What this task involves
Quote exactly the lines from the start of the entries to the one with "f 360 224 225", both ends included.

Exercise input
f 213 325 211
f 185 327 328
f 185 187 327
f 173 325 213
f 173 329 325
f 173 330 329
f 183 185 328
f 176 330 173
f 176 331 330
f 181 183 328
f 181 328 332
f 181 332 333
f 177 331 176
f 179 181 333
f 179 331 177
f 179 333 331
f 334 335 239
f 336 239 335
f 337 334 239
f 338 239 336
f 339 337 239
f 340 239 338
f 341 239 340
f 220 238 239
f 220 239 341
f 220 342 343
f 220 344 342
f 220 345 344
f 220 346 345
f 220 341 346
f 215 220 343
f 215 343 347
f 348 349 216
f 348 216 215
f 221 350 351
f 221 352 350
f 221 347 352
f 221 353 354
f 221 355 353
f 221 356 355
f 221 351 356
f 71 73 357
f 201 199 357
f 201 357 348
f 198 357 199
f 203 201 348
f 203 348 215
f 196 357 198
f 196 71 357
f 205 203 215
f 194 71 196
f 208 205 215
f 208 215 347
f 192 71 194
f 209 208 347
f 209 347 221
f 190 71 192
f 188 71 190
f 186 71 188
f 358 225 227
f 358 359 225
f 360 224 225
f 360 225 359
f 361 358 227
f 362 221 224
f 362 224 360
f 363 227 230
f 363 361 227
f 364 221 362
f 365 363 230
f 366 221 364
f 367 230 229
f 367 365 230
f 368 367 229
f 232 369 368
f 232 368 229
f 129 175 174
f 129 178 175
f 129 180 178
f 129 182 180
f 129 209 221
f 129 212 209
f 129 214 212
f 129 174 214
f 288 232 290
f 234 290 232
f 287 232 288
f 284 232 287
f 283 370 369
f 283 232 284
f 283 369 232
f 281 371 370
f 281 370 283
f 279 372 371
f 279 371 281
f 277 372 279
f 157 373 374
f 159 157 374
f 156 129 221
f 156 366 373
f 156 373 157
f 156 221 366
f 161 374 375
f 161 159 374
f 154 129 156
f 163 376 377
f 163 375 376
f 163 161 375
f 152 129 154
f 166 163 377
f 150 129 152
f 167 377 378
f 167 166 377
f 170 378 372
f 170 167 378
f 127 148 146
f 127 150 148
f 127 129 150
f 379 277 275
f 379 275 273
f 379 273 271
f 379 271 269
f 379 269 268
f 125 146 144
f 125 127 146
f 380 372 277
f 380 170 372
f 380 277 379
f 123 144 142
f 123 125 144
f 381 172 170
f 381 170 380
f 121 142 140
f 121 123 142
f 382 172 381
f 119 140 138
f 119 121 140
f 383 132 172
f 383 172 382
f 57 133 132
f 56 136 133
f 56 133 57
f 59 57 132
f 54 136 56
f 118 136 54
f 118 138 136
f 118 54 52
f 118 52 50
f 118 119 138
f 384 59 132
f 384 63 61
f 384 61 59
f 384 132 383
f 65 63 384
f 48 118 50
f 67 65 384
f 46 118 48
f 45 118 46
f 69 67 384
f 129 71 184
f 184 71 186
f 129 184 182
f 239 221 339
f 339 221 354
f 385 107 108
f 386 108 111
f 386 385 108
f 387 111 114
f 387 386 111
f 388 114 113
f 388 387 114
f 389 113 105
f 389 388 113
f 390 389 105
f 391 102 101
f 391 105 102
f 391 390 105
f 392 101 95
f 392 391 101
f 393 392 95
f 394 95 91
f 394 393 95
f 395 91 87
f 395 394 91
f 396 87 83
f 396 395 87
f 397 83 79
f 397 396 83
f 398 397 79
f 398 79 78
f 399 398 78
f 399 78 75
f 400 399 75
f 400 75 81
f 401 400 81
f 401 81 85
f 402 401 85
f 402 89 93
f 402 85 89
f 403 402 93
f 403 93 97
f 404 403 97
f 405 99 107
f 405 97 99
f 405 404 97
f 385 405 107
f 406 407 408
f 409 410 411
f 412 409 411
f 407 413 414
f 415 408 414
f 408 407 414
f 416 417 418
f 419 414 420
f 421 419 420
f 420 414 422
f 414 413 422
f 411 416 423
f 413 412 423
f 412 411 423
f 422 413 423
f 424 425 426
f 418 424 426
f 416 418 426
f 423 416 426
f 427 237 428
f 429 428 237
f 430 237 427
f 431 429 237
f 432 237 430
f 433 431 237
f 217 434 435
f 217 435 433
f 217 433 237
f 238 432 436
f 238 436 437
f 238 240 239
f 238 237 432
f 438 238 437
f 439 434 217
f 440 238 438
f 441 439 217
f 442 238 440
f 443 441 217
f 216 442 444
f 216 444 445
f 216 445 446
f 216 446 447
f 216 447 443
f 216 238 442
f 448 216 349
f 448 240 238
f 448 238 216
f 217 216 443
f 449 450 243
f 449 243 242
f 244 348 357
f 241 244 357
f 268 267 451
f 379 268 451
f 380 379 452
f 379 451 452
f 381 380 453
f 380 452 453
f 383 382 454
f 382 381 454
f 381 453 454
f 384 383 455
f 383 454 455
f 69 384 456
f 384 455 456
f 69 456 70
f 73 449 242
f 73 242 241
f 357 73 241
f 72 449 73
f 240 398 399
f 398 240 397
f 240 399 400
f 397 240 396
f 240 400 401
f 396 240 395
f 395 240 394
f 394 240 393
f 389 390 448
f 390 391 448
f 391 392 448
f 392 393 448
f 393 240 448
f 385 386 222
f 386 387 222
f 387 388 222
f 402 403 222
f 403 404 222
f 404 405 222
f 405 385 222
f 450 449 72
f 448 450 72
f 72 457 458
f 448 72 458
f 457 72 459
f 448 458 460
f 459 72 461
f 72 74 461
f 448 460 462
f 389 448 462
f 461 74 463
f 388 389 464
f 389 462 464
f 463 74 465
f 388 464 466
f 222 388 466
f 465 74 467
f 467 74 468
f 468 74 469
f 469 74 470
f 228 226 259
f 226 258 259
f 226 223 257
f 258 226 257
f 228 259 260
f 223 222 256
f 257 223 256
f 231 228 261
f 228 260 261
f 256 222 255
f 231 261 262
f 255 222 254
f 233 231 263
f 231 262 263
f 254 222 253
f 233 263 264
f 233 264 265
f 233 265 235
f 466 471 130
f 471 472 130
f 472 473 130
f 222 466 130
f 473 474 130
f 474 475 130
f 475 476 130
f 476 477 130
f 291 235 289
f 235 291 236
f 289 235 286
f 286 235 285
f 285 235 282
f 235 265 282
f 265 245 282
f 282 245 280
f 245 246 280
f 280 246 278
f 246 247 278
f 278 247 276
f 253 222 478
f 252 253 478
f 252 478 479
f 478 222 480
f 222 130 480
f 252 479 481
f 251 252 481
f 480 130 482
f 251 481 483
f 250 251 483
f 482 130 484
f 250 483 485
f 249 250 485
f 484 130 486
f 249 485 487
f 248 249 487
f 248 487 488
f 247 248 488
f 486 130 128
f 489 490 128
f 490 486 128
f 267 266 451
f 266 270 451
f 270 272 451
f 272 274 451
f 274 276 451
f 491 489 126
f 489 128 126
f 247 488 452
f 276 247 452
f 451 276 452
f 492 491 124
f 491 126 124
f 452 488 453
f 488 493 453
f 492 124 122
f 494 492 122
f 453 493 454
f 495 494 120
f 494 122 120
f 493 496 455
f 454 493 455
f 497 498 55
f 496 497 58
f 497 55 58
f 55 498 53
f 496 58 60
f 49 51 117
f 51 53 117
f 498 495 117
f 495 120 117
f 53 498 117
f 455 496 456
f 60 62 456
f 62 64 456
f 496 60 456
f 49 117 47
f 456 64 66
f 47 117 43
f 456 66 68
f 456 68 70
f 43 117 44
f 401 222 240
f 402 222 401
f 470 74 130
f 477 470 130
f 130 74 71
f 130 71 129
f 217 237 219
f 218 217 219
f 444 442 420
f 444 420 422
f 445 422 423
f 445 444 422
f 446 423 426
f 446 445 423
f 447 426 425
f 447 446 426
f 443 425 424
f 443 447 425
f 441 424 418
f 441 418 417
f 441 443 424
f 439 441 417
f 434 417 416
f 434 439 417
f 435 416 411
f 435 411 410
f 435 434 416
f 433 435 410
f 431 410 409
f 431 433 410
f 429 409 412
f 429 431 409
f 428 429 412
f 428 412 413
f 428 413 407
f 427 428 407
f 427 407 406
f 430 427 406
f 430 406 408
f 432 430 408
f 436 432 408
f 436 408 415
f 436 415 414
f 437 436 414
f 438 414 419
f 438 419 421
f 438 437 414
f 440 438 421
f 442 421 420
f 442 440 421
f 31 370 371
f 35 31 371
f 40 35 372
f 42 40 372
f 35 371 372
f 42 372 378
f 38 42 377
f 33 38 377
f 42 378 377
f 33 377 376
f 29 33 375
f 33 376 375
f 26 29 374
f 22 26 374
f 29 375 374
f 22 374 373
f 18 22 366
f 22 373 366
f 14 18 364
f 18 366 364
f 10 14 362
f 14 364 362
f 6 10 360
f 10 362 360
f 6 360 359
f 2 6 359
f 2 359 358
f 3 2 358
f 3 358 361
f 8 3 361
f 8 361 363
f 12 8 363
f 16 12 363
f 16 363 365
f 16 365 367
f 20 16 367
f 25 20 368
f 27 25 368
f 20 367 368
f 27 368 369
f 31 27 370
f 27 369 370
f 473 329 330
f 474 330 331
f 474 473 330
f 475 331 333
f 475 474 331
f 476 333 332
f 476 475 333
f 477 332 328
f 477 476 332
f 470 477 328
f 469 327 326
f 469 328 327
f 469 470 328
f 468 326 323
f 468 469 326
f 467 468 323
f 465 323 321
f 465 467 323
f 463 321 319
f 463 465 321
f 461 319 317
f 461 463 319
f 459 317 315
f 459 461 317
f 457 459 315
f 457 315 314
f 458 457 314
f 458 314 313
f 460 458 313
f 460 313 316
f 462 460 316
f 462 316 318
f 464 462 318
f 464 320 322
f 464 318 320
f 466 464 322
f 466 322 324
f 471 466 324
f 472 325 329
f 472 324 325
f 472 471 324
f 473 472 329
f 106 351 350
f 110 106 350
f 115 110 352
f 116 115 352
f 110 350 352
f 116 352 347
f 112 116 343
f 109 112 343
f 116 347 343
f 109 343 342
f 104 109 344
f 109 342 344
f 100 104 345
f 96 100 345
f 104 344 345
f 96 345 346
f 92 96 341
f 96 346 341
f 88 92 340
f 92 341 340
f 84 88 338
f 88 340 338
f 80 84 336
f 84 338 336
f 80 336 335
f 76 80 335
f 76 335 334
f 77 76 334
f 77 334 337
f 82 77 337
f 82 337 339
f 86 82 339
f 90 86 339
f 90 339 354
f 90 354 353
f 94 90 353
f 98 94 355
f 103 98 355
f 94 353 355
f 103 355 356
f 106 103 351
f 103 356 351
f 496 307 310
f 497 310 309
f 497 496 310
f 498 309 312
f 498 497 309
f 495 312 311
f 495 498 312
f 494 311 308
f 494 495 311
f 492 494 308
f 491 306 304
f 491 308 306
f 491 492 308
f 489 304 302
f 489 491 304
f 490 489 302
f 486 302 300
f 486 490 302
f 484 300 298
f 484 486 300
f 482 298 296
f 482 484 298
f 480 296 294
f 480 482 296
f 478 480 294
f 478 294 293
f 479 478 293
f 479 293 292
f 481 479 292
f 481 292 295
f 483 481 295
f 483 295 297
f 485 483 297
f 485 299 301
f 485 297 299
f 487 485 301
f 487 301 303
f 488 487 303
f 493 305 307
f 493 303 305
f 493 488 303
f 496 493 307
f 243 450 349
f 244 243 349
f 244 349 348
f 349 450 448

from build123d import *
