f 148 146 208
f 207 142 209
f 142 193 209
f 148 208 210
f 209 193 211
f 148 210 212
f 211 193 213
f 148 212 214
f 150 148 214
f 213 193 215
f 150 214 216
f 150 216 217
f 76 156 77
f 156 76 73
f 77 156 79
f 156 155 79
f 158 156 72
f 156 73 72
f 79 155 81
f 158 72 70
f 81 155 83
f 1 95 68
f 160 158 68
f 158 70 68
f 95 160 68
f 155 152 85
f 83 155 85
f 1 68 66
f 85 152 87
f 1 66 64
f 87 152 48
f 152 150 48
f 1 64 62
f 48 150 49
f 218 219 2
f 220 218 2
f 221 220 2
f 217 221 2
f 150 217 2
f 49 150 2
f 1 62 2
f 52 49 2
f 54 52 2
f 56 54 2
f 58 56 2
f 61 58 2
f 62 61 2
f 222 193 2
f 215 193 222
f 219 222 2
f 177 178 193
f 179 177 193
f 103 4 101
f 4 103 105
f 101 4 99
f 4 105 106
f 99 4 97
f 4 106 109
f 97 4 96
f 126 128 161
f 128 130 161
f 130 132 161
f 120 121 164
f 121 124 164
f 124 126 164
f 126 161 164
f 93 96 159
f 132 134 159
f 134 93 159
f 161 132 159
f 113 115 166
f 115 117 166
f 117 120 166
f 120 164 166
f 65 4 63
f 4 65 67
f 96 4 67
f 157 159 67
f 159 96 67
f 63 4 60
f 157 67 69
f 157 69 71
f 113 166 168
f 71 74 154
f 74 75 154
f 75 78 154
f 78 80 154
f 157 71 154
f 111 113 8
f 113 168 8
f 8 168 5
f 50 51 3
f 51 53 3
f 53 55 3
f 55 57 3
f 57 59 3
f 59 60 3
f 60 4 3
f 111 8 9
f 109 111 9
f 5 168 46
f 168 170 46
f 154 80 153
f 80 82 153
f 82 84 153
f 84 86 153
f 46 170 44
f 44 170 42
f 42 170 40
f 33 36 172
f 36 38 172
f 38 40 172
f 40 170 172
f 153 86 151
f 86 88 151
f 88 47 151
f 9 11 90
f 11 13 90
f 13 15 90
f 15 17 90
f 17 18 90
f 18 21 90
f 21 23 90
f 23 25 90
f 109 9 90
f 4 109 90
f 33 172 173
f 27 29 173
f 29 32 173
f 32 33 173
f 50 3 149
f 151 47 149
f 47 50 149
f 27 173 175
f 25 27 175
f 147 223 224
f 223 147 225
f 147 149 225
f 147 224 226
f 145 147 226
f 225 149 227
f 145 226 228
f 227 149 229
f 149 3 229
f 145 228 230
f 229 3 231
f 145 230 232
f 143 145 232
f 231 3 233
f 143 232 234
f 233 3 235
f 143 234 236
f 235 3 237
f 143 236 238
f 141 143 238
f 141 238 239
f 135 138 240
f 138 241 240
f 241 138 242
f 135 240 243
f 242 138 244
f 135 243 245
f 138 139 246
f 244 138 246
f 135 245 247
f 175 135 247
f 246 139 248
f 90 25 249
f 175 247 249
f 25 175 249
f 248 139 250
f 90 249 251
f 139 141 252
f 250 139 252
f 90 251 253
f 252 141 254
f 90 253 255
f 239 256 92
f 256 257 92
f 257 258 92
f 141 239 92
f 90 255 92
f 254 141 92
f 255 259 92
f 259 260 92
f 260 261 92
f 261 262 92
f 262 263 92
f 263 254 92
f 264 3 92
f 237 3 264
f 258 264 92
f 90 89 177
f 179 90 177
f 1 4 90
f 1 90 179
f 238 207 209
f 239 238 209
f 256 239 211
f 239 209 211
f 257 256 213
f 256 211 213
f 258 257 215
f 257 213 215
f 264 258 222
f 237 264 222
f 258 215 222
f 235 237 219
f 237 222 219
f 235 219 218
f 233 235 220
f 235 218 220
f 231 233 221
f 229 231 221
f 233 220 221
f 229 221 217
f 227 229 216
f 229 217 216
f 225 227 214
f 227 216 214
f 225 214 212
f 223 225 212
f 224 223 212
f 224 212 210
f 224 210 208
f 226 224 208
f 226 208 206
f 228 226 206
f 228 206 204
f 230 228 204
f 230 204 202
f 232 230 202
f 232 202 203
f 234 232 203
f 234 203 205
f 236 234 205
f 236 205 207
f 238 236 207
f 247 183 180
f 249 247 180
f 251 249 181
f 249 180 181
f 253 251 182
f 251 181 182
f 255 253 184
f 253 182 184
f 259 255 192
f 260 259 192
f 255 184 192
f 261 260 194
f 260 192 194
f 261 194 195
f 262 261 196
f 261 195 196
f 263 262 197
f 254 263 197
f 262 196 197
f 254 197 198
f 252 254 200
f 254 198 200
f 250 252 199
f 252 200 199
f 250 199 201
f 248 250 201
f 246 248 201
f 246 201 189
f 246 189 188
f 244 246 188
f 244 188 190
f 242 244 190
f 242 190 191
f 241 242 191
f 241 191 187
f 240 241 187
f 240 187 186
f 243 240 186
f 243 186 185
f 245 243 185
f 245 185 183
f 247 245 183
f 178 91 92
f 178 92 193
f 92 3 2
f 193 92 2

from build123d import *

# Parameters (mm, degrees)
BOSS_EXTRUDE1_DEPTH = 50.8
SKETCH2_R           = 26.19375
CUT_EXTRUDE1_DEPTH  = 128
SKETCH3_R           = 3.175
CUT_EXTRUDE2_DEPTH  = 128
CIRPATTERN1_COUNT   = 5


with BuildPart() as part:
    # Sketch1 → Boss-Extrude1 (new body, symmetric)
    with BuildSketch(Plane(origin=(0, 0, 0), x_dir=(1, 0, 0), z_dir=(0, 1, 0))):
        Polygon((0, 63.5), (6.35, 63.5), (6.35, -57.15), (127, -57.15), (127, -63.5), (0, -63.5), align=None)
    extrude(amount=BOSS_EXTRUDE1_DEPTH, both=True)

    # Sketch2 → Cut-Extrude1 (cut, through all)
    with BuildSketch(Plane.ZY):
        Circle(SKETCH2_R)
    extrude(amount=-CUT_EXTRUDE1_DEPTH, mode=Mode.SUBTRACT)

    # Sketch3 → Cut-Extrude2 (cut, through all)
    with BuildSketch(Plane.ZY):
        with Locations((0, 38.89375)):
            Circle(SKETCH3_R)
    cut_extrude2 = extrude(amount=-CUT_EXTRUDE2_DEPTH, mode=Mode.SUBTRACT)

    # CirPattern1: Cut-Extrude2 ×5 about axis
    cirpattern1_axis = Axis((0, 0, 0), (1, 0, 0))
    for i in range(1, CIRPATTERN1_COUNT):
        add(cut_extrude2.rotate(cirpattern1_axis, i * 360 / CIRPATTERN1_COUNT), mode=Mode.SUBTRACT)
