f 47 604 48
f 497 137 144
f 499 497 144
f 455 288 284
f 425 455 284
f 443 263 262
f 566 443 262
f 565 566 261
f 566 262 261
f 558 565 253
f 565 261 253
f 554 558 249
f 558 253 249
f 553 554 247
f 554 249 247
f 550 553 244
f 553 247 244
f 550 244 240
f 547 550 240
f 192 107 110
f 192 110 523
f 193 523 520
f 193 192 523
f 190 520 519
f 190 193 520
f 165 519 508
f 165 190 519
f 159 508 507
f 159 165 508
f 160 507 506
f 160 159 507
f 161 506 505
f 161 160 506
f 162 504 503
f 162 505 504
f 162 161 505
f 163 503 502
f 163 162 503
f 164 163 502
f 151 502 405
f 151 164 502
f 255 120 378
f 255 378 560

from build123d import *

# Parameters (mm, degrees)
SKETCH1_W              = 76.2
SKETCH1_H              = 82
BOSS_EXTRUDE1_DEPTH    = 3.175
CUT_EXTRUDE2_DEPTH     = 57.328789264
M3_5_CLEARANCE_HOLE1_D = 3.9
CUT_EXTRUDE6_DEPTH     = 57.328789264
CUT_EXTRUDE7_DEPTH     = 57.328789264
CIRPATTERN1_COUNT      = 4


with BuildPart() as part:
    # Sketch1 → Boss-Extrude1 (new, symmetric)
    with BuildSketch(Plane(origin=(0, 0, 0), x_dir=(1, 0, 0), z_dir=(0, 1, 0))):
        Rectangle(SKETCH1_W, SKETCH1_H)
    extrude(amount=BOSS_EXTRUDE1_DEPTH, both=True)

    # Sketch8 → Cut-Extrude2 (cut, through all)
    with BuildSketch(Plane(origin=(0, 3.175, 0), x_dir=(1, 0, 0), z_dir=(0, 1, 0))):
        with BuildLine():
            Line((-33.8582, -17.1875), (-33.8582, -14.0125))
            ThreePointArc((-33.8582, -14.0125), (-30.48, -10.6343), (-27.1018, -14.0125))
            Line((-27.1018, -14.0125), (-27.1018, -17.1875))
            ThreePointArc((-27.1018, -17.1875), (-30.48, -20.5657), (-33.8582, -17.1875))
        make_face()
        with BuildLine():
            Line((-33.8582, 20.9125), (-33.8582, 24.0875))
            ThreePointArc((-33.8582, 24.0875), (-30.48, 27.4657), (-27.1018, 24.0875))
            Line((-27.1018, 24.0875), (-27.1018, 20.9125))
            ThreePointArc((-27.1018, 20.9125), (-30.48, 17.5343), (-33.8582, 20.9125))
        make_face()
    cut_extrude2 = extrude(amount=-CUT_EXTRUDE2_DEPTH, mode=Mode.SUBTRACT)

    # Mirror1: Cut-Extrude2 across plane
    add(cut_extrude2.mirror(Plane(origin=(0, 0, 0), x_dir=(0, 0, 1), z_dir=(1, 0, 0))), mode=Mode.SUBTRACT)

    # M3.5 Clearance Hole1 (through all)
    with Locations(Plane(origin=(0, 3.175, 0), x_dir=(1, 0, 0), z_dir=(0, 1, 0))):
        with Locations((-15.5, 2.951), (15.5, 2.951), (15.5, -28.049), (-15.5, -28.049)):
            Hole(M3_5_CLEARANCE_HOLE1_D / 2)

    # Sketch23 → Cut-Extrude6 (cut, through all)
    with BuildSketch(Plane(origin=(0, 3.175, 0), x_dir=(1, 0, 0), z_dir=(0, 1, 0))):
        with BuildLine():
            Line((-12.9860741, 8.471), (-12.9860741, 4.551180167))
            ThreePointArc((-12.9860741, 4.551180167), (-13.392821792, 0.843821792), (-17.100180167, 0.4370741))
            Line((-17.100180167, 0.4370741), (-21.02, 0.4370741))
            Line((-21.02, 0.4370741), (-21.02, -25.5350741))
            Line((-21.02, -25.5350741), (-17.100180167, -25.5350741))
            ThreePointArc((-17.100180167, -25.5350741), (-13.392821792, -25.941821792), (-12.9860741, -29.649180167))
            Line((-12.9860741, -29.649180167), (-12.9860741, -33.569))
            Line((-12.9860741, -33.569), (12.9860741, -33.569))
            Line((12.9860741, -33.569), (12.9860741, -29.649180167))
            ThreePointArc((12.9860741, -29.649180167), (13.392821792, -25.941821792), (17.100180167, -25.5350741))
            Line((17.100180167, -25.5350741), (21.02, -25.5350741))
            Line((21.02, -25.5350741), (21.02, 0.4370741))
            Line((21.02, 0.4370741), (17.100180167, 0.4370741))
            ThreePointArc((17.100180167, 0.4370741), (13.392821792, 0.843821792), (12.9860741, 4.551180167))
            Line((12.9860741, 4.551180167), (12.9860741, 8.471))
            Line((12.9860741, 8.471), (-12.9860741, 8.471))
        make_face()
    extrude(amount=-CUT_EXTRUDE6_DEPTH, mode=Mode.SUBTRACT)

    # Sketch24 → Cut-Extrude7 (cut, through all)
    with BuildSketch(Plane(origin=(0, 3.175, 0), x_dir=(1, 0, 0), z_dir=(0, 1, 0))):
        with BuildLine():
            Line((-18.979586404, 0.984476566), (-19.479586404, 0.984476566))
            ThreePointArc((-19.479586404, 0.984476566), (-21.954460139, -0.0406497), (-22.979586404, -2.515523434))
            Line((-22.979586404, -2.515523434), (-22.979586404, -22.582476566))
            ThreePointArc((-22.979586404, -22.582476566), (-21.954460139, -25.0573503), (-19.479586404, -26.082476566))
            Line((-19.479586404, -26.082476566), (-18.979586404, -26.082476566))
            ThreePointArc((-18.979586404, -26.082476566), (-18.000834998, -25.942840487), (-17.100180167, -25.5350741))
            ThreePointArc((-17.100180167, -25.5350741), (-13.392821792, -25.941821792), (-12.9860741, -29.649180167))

Answer box
f 213 325 211
f 185 327 328
f 185 187 327
f 173 325 213
f 173 329 325
f 173 330 329
f 183 185 328
f 176 330 173
f 176 331 330
f 181 183 328
f 181 328 332
f 181 332 333
f 177 331 176
f 179 181 333
f 179 331 177
f 179 333 331
f 334 335 239
f 336 239 335
f 337 334 239
f 338 239 336
f 339 337 239
f 340 239 338
f 341 239 340
f 220 238 239
f 220 239 341
f 220 342 343
f 220 344 342
f 220 345 344
f 220 346 345
f 220 341 346
f 215 220 343
f 215 343 347
f 348 349 216
f 348 216 215
f 221 350 351
f 221 352 350
f 221 347 352
f 221 353 354
f 221 355 353
f 221 356 355
f 221 351 356
f 71 73 357
f 201 199 357
f 201 357 348
f 198 357 199
f 203 201 348
f 203 348 215
f 196 357 198
f 196 71 357
f 205 203 215
f 194 71 196
f 208 205 215
f 208 215 347
f 192 71 194
f 209 208 347
f 209 347 221
f 190 71 192
f 188 71 190
f 186 71 188
f 358 225 227
f 358 359 225
f 360 224 225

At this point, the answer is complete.